3-7.「ルイトモ」2
オレ達の前に、「敵」として、累が立っている。
昨日はファストフード店でともにテーブルを囲んだ累が。
そして、何よりも、オレ達に「アプリアル」とは何たるかを教えた累が。
目の前に「敵」として立っているのだ。
累は橘と同じ、「サポーター」側のようで、修復されたタワーの上からオレ達を見下ろしている。その顔には表情は特に浮かんではいない。そして、同じく修復されたフィールドにいるオレの本当の目の前に立っているのは、肩辺りまで伸ばした黒髪をゆるく括っている長身の男。もしかすると、鏡弥よりも上背だけならあるかもしれない。長い前髪により片側が隠されたその顔からも、累と同じく表情は読み取れない。
「おい、聞こえてるか、橘?」
大会側から貸し出されている通信機でタワーにいる橘に声をかけるが、応答はない。
振り返ると、橘も何か言っているようだが、オレのイヤホンには何も届かない。
『さっそくですけどー。お二人の通信機は乗っ取らせていただきましたー』
代わりに、累の間延びした声が、オレのイヤホンから流れる。橘の様子を見ると、あわてた素振りですぐにPCを操作し始めたので、おそらく累の声は橘にも届いたのだろう。
『まぁー、試合はまだ始まってないんでー……フライング? ですかねー』
のんきにそう言う累は、その声とは裏腹に無表情だ。
何を考えて、この試合にエントリーしたのか。――もしかして、オレ達が出場するのを知ってエントリーしたのか?
累が何を考えているのかを考えているうちに、試合開始の合図が下された。
同時に、イヤホンに雑音が入り、累の声と混じりながらも橘の声が聞こえてくる。……どうやら通信をジャックし返したらしい……あの橘が「取り戻すまでは出来なかった」というのが、累の情報屋としての腕前を物語っている。
イヤホンから橘の声が聞こえたことに安堵したのもつかの間、信じられないことが起こった。
橘のいるタワーが崩落したのだ。
それは、橘が遥との試合の際に使用したものと同じもの――「じゃ、僕そろそろ行くんでー。
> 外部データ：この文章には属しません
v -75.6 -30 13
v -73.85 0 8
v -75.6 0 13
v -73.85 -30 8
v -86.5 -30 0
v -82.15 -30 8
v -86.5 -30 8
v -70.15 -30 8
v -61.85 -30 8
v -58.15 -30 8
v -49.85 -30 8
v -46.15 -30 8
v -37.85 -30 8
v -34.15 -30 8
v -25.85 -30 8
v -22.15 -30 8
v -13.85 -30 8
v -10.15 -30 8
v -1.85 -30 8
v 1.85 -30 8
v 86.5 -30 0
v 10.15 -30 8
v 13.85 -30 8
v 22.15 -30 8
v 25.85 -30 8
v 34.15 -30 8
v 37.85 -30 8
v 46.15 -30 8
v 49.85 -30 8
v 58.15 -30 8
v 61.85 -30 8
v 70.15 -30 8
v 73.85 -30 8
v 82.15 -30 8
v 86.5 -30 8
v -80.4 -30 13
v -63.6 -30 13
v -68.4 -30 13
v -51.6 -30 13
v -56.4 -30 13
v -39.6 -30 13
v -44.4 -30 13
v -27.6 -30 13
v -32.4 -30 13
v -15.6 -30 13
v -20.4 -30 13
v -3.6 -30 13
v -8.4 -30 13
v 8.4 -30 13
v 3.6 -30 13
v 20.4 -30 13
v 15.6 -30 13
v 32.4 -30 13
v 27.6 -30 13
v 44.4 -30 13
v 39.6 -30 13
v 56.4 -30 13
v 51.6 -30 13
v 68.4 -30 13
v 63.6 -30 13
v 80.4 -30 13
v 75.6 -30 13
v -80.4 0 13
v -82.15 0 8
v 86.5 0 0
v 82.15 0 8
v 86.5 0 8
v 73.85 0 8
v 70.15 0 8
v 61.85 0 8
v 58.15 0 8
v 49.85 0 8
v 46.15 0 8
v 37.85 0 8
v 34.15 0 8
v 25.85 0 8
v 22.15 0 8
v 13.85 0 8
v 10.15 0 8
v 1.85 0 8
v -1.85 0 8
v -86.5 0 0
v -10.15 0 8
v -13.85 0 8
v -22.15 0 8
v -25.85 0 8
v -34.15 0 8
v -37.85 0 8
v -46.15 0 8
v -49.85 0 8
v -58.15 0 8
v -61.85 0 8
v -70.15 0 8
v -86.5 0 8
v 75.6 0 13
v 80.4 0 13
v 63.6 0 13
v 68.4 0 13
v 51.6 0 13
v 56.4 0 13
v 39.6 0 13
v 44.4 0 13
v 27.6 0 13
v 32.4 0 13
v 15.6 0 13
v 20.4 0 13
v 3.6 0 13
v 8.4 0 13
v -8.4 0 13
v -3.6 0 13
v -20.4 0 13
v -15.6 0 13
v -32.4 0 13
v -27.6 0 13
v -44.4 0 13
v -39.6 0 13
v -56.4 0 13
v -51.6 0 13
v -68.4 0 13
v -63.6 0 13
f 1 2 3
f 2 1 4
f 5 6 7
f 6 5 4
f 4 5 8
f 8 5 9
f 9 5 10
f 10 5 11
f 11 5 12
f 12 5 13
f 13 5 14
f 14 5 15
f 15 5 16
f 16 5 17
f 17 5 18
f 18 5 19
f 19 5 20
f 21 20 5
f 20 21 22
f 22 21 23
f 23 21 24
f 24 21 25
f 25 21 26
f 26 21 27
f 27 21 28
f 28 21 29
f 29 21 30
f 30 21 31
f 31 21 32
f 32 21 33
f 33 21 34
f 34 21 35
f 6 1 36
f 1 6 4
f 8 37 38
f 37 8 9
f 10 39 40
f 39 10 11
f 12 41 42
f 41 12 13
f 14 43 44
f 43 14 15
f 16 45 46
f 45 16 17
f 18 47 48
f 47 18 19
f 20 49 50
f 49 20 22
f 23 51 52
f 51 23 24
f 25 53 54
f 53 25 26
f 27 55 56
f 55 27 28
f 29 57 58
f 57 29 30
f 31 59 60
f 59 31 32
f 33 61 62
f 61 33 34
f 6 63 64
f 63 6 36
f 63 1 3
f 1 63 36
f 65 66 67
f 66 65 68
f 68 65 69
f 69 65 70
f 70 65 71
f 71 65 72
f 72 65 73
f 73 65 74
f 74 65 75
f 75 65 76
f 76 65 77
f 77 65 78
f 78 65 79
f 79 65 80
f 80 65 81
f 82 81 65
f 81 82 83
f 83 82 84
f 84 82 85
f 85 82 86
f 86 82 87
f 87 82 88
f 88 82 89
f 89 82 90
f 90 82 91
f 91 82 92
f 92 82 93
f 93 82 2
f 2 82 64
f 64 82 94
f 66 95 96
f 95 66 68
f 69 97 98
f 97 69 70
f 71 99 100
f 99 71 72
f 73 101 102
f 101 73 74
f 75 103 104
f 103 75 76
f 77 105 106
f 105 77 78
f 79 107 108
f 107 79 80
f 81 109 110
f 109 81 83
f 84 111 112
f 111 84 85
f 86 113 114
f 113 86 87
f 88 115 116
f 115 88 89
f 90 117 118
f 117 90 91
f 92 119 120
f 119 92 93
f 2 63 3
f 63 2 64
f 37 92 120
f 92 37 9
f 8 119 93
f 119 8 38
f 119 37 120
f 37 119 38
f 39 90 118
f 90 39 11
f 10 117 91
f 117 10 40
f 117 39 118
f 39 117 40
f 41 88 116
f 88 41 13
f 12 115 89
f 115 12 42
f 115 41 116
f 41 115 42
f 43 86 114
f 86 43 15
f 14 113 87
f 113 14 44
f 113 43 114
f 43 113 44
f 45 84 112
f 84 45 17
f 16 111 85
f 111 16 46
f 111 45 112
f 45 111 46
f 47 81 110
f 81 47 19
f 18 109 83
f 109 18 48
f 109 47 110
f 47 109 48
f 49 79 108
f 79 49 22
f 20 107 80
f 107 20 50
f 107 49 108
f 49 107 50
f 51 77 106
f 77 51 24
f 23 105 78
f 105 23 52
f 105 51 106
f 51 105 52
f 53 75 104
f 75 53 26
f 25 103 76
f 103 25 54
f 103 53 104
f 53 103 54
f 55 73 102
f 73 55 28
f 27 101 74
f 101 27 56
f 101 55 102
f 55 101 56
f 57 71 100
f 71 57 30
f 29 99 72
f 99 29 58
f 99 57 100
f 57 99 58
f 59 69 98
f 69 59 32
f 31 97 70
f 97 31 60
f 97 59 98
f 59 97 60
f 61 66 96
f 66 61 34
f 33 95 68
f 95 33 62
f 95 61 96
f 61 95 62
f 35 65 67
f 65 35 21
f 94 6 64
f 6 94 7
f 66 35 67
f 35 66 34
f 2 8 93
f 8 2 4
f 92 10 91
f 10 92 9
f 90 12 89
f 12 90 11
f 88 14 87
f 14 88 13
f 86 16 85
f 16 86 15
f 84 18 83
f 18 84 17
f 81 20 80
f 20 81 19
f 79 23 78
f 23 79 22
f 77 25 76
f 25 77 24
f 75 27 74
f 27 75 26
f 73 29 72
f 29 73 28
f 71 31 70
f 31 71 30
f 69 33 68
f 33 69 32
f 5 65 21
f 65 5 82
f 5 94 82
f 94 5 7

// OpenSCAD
$fn = 32;

// ----------------------------------------------------------------------
// Toothed rack, 14 teeth
// 12 mm pitch, 5 mm teeth
// ----------------------------------------------------------------------

// --- parameters (mm) ---
bar_w = 30;     // bar width (Y)
bar_h = 8;      // bar height (Z)
teeth = 14;     // number of teeth
pitch = 12;     // tooth pitch
tooth_h = 5;    // tooth height above the bar
root_w = 9;     // tooth width at the root
crest_w = 4.8;  // tooth width at the crest

// --- derived feature positions (mm) ---
span = (teeth - 1) * pitch;  // = 156   distance between the outer teeth
bar_l = span + root_w + 8;   // = 173   bar length: teeth plus 4 mm at each end
tooth_x = -span / 2;         // = -78   X of the first tooth
height = bar_h + tooth_h;    // = 13   overall height
feature_centers = [
  [tooth_x + 0 * pitch, -bar_w / 2],
  [tooth_x + 1 * pitch, -bar_w / 2],
  [tooth_x + 2 * pitch, -bar_w / 2],
  [tooth_x + 3 * pitch, -bar_w / 2],
  [tooth_x + 4 * pitch, -bar_w / 2],
  [tooth_x + 5 * pitch, -bar_w / 2],
  [tooth_x + 6 * pitch, -bar_w / 2],
  [tooth_x + 7 * pitch, -bar_w / 2],
  [tooth_x + 8 * pitch, -bar_w / 2],
  [tooth_x + 9 * pitch, -bar_w / 2],
  [tooth_x + 10 * pitch, -bar_w / 2],
  [tooth_x + 11 * pitch, -bar_w / 2],
  [tooth_x + 12 * pitch, -bar_w / 2],
  [tooth_x + 13 * pitch, -bar_w / 2]
];   // tooth centre line, drives the tooth loop

// bar with a rack of teeth, one extruded trapezoium per centre
module rack_tooth() {
  linear_extrude(height = bar_w)
    polygon(points = [
      [0, 0],
      [root_w, 0],
      [root_w / 2 + crest_w / 2, tooth_h + 1],
      [root_w / 2 - crest_w / 2, tooth_h + 1]
    ]);
}

union() {
  translate([-bar_l / 2, -bar_w, 0]) cube([bar_l, bar_w, bar_h]);
  for (centre = feature_centers)
    translate([centre[0] - root_w / 2, 0, bar_h - 1]) rotate([90, 0, 0]) rack_tooth();
}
明日の準備もあるしー」――昨日の別れ際に累が言っていた言葉がフラッシュバックする。準備って、まさかこの橘のツールの再現のことだったのか?
『おっとぉ』
数瞬遅れて、累の方のタワーも崩落した。しかし、生身で地面に落下した橘とは違い、累はアプリアルで赤い和傘を召喚し、パラシュートの要領でひらひらと着地する。
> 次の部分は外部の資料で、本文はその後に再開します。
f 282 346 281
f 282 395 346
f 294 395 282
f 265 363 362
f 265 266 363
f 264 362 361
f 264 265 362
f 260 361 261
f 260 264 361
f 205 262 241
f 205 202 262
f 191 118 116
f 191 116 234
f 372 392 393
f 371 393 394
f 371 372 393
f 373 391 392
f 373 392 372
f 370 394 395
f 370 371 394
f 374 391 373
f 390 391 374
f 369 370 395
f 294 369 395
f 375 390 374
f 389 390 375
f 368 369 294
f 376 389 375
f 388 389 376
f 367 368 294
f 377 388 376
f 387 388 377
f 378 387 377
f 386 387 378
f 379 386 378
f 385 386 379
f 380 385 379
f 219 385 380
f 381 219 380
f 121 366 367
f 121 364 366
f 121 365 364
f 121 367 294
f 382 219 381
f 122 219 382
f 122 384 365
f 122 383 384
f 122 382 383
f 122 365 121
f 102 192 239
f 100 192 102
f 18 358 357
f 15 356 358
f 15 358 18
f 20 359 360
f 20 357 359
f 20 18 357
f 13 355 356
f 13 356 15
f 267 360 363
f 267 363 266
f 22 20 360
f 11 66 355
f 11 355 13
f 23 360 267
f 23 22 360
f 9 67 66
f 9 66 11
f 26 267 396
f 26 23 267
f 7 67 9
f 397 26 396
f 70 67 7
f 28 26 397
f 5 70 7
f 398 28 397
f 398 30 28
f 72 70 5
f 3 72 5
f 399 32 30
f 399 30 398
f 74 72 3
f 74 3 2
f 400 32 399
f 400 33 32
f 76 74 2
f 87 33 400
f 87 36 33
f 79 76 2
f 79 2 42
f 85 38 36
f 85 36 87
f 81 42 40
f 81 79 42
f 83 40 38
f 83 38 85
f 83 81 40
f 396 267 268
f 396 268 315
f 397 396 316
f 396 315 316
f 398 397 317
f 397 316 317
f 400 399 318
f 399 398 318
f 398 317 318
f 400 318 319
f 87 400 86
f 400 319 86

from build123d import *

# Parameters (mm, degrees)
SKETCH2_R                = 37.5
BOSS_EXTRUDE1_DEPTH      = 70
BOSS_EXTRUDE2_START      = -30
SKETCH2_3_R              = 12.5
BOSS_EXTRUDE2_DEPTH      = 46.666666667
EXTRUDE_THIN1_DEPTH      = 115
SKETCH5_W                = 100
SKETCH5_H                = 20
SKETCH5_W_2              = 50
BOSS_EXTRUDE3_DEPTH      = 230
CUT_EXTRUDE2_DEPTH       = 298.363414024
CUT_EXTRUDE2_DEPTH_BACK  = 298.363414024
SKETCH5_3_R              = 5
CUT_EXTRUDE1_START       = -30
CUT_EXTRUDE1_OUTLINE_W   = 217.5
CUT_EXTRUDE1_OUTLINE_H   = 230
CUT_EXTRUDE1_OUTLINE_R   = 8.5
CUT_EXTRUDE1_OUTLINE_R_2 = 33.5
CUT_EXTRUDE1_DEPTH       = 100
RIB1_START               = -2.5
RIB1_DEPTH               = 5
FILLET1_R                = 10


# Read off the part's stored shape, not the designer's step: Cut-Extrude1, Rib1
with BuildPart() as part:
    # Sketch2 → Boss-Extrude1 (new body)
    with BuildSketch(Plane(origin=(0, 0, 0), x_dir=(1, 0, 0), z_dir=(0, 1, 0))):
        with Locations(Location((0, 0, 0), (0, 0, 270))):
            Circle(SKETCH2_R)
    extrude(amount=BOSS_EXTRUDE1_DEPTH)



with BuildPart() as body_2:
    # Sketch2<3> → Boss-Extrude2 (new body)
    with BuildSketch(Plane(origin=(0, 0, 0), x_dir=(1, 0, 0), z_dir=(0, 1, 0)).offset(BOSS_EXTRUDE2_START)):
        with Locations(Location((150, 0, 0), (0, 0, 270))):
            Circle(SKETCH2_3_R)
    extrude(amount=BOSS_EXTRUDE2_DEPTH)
不自然なことに、オレがその光景を見ている間、黒髪の男は全くオレに攻撃を仕掛けて来ようとはしなかった。
着地した累の足元が陥没するが、俊敏な動きで累はそれを躱す。
試合が開始してから、オレも黒髪の男も、全く動いてはいなかった。フィールド側の選手は動いていないのに、周りの景色や状況だけが瞬く間に変わっていく。
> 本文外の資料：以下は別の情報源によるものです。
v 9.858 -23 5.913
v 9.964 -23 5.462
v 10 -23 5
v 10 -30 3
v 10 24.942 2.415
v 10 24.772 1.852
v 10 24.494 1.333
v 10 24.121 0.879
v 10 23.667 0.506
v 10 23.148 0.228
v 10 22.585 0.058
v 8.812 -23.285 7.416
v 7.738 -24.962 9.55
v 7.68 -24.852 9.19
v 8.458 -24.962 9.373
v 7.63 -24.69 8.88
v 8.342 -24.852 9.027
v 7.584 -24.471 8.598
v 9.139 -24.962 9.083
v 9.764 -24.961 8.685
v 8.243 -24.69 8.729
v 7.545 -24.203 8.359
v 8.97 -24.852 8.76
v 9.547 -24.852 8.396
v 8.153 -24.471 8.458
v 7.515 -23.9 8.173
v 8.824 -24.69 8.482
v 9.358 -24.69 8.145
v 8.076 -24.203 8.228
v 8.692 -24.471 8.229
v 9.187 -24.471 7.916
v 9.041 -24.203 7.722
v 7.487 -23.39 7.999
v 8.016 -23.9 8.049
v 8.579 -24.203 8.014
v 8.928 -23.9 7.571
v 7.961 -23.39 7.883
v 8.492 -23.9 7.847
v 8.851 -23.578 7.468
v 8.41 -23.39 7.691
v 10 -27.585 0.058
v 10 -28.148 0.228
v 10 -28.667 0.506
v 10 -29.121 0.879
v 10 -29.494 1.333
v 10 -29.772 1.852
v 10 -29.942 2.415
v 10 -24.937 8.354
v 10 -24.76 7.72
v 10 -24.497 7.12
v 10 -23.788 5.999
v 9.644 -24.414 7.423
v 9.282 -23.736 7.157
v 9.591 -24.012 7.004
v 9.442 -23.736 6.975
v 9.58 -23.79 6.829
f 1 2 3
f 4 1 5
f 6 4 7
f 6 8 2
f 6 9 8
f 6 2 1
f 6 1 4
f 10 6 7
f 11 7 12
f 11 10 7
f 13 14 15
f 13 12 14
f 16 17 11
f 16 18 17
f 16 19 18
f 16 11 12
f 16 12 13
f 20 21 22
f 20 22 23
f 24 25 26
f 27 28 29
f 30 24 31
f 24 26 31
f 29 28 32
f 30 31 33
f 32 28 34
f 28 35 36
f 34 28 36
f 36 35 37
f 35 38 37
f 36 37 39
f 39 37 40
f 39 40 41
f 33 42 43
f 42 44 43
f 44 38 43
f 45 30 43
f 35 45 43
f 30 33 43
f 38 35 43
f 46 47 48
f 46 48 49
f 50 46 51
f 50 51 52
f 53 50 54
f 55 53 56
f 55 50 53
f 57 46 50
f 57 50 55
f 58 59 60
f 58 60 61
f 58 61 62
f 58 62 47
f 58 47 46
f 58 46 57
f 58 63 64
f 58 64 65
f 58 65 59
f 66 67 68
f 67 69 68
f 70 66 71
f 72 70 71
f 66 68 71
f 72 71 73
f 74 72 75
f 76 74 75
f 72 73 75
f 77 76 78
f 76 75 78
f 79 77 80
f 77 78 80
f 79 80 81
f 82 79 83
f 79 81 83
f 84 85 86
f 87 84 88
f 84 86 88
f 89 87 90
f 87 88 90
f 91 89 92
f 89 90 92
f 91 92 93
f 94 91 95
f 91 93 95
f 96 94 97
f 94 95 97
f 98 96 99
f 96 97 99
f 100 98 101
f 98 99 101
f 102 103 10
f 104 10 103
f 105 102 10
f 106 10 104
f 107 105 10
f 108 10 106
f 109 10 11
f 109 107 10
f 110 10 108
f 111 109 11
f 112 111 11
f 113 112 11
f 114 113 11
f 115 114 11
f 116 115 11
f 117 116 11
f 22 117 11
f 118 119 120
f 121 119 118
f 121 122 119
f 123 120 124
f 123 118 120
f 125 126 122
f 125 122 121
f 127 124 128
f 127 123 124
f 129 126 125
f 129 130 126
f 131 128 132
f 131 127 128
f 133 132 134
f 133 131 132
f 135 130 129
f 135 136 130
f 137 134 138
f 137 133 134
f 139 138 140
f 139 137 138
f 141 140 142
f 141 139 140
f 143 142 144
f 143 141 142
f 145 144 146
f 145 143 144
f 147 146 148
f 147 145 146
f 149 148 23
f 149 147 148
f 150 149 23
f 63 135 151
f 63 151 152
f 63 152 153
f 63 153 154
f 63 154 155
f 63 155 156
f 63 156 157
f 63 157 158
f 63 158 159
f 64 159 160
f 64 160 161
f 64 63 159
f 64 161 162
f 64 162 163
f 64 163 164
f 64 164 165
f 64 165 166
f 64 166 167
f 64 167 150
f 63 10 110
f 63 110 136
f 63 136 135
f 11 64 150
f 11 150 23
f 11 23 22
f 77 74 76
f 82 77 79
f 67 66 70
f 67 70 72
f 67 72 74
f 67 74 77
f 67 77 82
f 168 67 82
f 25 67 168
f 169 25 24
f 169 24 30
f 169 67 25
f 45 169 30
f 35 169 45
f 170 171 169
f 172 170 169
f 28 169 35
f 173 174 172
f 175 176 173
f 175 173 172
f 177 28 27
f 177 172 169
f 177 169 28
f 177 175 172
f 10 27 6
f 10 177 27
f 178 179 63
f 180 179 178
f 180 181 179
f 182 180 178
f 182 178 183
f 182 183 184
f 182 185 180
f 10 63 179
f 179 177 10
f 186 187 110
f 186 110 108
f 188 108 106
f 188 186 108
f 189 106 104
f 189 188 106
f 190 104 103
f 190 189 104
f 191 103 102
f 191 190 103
橘もどうやら意識はあるらしく、累への攻撃を再び仕掛けようと、地面に伏せた姿勢ではあったが必死に手を動かしていた。
「アプリアル起動、召喚『紅蓮の銃』」
オレも何か行動を起こさなければと、咄嗟に『紅蓮の銃』を召喚しようとした。が、左手に持った端末からは何の応答も無く、銃の召喚を待っていたオレの右手は手持ち無沙汰になってしまう。
「……どういう……事だ!?」
混乱するオレに、黒髪の男は全く表情を変えない。ただ、オレの正面に立っている。それだけなのに、何とも言えない重圧を感じる。
「『紅蓮の小刀』! 『紅蓮の銃』! ――アプリアルが機能しない!?」
オレが普段から使っている『紅蓮』のシリーズが、全く反応を示さなかった。
何が何だかわからないオレに対して、累はPCや端末を弄りながら、気だるげに答えを示す。
「おにーさんがいつも使ってる『紅蓮』シリーズ……正確には『ダークカラーパレット』シリーズの内の火属性シリーズ『紅蓮』。――おにーさん。アプリアル初心者にとってはちょっとやり過ぎかな―とも思ってましたけどー……自分の使っているアプリアルの製造者の確認くらい、情報屋ならしておくべきだったんじゃないですかねー?」
そう言われて、オレは自分の端末を操作して、『紅蓮』シリーズの製造者を確認した。その名前は――『Rui』。
「もう知ってるかなーって思ってたんですけどー。アプリアルって、別に一人一つしかアカウントを持てないってワケじゃないんですよねー。つまり、僕がおにーさん愛用のシリーズのアプリアルの作者ってワケで、今は一時的に『ダークカラーパレット』シリーズの機能を止めさせてもらってますー」
知らなかった、何も。
ただ、新しい玩具を与えられて喜ぶ子どものように、オレは累の掌の上で踊らされていたのかもしれない。
黒髪の男は、端末から黒い銃を召喚し、オレに向ける。
累も何か別のアプリアルであろうモノで、オレに向かって召喚した銃を向ける。
「手段と目的が入れ替わっていちゃあ、情報屋なんてやってられませんよー? おにーさん?」
とにかくリーグを勝ち抜けばいいと思っていた俺にとって、累のその言葉は冷水を浴びせられたように感じた。
「はい、チェックメイトですー」
俺と橘は、ラインハルトカップの選手としても、そして、情報屋としての手腕においても、累に敗北したのだった。
更新遅くてスミマセン。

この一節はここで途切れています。